Purpose of the Study:

  • To investigate the accumulation patterns of TIAs in Catharanthus pusillus throughout its developmental stages.
  • To identify the primary plant organs responsible for TIA biosynthesis and storage.
  • To assess the potential of C. pusillus as a source for specific TIA precursors.

Main Methods:

  • Analysis of TIA content in various organs (leaves, stems, roots) of C. pusillus at different developmental time points.
  • Quantification of major alkaloids, including vindoline and catharanthine, using analytical techniques.
  • Correlation of alkaloid levels with plant age and developmental phases (e.g., flowering, fruiting).

Main Results:

  • New leaves of C. pusillus were identified as the main repository for TIAs, with vindoline (approx. 4.8 mg/g DW) and catharanthine (approx. 2.2 mg/g DW) being the major metabolites.
  • Highest yields of these monomeric alkaloids were observed at 51 and 70 days, coinciding with flowering and fruiting stages.
  • Roots showed significant accumulation of tubotaiwine, while stems and older leaves had lower TIA levels.
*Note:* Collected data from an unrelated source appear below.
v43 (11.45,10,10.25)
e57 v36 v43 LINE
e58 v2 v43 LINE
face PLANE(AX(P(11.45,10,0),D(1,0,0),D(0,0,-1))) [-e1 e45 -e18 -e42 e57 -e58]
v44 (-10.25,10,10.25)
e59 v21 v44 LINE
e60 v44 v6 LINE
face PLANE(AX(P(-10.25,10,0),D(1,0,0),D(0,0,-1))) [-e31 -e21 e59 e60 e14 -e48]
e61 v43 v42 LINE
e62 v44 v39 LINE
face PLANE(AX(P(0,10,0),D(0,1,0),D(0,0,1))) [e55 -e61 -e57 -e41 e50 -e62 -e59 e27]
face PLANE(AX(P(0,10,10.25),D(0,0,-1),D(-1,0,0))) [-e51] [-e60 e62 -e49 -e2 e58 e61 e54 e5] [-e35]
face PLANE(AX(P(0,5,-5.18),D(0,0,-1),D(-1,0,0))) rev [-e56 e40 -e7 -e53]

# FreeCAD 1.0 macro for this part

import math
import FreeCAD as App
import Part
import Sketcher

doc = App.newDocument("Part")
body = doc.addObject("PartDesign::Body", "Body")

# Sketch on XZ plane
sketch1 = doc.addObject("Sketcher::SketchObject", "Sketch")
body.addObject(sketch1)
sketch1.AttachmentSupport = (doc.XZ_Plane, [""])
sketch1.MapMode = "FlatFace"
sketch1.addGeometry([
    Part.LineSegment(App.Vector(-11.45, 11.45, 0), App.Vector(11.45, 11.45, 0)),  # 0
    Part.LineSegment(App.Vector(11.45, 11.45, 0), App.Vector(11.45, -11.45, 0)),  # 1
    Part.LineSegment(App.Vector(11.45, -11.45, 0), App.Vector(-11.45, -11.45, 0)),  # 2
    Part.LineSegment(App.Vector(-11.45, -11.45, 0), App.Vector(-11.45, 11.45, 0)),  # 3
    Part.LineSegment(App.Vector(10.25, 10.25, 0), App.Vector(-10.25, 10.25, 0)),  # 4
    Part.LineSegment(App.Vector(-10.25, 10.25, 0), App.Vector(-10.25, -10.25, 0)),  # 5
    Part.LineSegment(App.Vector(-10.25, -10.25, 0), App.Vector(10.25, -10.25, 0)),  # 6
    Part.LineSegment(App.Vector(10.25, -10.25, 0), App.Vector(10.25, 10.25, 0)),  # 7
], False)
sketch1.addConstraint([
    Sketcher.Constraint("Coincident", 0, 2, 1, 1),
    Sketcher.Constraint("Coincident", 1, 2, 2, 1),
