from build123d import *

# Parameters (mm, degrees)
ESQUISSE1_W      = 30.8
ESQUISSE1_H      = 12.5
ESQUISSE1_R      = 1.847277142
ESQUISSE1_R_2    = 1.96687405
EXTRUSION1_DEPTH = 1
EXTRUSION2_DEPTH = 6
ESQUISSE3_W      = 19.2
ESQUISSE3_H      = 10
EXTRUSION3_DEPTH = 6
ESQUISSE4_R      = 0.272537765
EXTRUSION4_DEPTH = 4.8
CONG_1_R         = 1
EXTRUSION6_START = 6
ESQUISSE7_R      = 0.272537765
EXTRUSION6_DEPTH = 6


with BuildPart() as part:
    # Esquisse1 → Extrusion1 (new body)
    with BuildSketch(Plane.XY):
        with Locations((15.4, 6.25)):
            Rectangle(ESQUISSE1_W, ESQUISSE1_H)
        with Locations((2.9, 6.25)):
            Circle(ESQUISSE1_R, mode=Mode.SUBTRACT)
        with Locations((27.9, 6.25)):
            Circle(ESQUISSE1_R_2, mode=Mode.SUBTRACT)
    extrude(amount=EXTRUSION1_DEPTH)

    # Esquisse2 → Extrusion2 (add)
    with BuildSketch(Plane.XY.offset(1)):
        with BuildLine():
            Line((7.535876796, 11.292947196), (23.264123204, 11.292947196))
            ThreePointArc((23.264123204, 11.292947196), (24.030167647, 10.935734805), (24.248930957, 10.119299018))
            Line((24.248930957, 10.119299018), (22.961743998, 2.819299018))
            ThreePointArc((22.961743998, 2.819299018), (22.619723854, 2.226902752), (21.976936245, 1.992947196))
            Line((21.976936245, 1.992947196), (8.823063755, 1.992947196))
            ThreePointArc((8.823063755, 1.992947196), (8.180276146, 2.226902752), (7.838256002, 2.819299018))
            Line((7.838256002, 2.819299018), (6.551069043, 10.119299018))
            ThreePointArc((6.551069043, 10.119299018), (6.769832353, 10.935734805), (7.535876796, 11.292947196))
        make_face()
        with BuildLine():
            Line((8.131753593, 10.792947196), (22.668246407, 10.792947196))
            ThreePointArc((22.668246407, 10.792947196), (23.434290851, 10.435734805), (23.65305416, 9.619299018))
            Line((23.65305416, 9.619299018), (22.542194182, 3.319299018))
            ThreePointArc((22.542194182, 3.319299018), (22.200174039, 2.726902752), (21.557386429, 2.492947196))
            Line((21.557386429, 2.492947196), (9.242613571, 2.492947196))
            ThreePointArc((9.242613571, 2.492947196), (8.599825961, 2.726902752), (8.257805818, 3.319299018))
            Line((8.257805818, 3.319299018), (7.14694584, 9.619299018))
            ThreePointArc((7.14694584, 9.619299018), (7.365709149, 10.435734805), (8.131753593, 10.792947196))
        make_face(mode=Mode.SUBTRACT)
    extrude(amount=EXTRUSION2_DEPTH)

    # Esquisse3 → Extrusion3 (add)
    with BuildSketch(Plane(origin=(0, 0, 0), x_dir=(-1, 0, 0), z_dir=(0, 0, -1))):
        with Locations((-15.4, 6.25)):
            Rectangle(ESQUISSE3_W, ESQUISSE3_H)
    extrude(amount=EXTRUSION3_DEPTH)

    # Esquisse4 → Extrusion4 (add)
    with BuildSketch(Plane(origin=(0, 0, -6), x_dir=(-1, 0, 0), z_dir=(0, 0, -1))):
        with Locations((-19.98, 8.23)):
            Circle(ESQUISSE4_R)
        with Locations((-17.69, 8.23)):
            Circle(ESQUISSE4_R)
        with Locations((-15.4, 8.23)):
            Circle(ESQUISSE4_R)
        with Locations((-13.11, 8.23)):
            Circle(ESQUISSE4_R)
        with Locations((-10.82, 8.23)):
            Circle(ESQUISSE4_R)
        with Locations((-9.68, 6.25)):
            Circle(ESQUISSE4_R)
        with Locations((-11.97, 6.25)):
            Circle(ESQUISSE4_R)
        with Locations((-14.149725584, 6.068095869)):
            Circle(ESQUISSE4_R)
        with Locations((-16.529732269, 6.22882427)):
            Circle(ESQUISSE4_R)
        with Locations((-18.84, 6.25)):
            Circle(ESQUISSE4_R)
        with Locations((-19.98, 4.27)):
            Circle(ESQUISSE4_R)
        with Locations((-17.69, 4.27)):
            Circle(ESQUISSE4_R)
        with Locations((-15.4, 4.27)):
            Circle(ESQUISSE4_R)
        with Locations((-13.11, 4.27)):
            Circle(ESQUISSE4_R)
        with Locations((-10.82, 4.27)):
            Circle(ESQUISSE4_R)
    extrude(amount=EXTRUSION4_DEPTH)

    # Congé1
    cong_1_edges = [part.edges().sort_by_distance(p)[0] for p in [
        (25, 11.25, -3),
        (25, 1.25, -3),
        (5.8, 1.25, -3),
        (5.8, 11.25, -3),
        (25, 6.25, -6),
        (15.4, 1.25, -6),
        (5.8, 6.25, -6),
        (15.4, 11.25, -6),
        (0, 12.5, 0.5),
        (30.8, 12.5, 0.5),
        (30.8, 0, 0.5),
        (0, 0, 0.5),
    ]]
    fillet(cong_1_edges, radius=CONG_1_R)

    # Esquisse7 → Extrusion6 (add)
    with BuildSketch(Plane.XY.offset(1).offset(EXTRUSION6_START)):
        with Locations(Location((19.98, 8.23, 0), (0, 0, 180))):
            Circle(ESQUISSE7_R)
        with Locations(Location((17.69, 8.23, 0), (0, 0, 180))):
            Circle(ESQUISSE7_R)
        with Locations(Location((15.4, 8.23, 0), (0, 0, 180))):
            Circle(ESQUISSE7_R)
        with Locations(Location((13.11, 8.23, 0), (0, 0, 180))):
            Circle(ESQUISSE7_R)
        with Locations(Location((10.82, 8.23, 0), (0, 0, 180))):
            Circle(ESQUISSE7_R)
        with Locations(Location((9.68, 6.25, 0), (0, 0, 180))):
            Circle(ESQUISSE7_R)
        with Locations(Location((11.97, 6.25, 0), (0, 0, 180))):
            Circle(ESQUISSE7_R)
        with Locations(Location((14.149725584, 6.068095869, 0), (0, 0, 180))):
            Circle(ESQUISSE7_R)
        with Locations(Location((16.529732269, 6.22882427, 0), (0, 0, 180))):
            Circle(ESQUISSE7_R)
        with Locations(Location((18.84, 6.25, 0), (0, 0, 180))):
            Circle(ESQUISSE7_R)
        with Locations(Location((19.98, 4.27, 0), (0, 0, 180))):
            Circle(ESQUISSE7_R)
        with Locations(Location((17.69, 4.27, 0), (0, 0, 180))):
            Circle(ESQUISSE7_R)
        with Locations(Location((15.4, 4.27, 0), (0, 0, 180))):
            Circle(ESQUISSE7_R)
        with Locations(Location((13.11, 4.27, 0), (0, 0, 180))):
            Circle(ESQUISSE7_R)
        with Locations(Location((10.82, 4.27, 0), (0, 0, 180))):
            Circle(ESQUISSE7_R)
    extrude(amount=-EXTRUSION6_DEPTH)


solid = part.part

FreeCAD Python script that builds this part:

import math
import FreeCAD as App
import Part
import Sketcher
Q = App.Units.Quantity


def edges_at(feature, points):
    """Names of the edges that pass closest to the given points."""
    edges = feature.Shape.Edges
    near = lambda p: min(range(len(edges)), key=lambda i: edges[i].distToShape(Part.Vertex(*p))[0])
    return sorted({f"Edge{near(p) + 1}" for p in points})


def add_polygon(sketch, points):
    """Adds a closed chain of lines whose ends are joined by coincident constraints."""
    first, n = sketch.GeometryCount, len(points)
    for a, b in zip(points, points[1:] + points[:1]):
        sketch.addGeometry(Part.LineSegment(App.Vector(*a, 0), App.Vector(*b, 0)), False)
    for i in range(n):
        sketch.addConstraint(Sketcher.Constraint("Coincident", first + i, 2, first + (i + 1) % n, 1))

doc = App.newDocument("Part")
body = doc.addObject("PartDesign::Body", "Body")

# Sketch on XY plane
sketch1 = body.newObject("Sketcher::SketchObject", "Sketch")
sketch1.AttachmentSupport = (doc.getObject("XY_Plane"), [""])
sketch1.MapMode = "FlatFace"
add_polygon(sketch1, [(0, 12.5), (0, 0), (30.8, 0), (30.8, 12.5)])  # lines 0-3
sketch1.addGeometry(Part.Circle(App.Vector(2.9, 6.2, 0), App.Vector(0, 0, 1), 1.8), False)  # 4
sketch1.addGeometry(Part.Circle(App.Vector(27.9, 6.2, 0), App.Vector(0, 0, 1), 2), False)  # 5
sketch1.addConstraint(Sketcher.Constraint("Vertical", 0))
sketch1.addConstraint(Sketcher.Constraint("Horizontal", 1))
sketch1.addConstraint(Sketcher.Constraint("Vertical", 2))
sketch1.addConstraint(Sketcher.Constraint("Horizontal", 3))
sketch1.addConstraint(Sketcher.Constraint("Coincident", 0, 2, -1, 1))
sketch1.addConstraint(Sketcher.Constraint("Horizontal", 4, 3, 5, 3))
sketch1.addConstraint(Sketcher.Constraint("DistanceX", 1, 1, 1, 2, Q("30.8 mm")))
sketch1.addConstraint(Sketcher.Constraint("DistanceY", 0, 2, 0, 1, Q("12.5 mm")))
sketch1.addConstraint(Sketcher.Constraint("DistanceX", 4, 3, 5, 3, Q("25 mm")))
sketch1.addConstraint(Sketcher.Constraint("DistanceX", -1, 1, 4, 3, Q("2.9 mm")))
sketch1.addConstraint(Sketcher.Constraint("Diameter", 5, Q("3.933748 mm")))
sketch1.addConstraint(Sketcher.Constraint("DistanceY", -1, 1, 4, 3, Q("6.25 mm")))
sketch1.addConstraint(Sketcher.Constraint("Diameter", 4, Q("3.694554 mm")))
pad1 = body.newObject("PartDesign::Pad", "Pad")
pad1.Profile = sketch1
pad1.Length = 1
The dimeric alkaloids vincristine and vinblastine were not detected.

Conclusions:

  • Catharanthus pusillus is a rich source of vindoline and catharanthine, essential precursors for synthesizing important anticancer dimeric alkaloids.
  • TIA accumulation is developmentally regulated, with peak levels in young leaves during reproductive stages.
  • This species holds potential for the sustainable production of key TIA intermediates, though it does not accumulate the final dimeric drugs.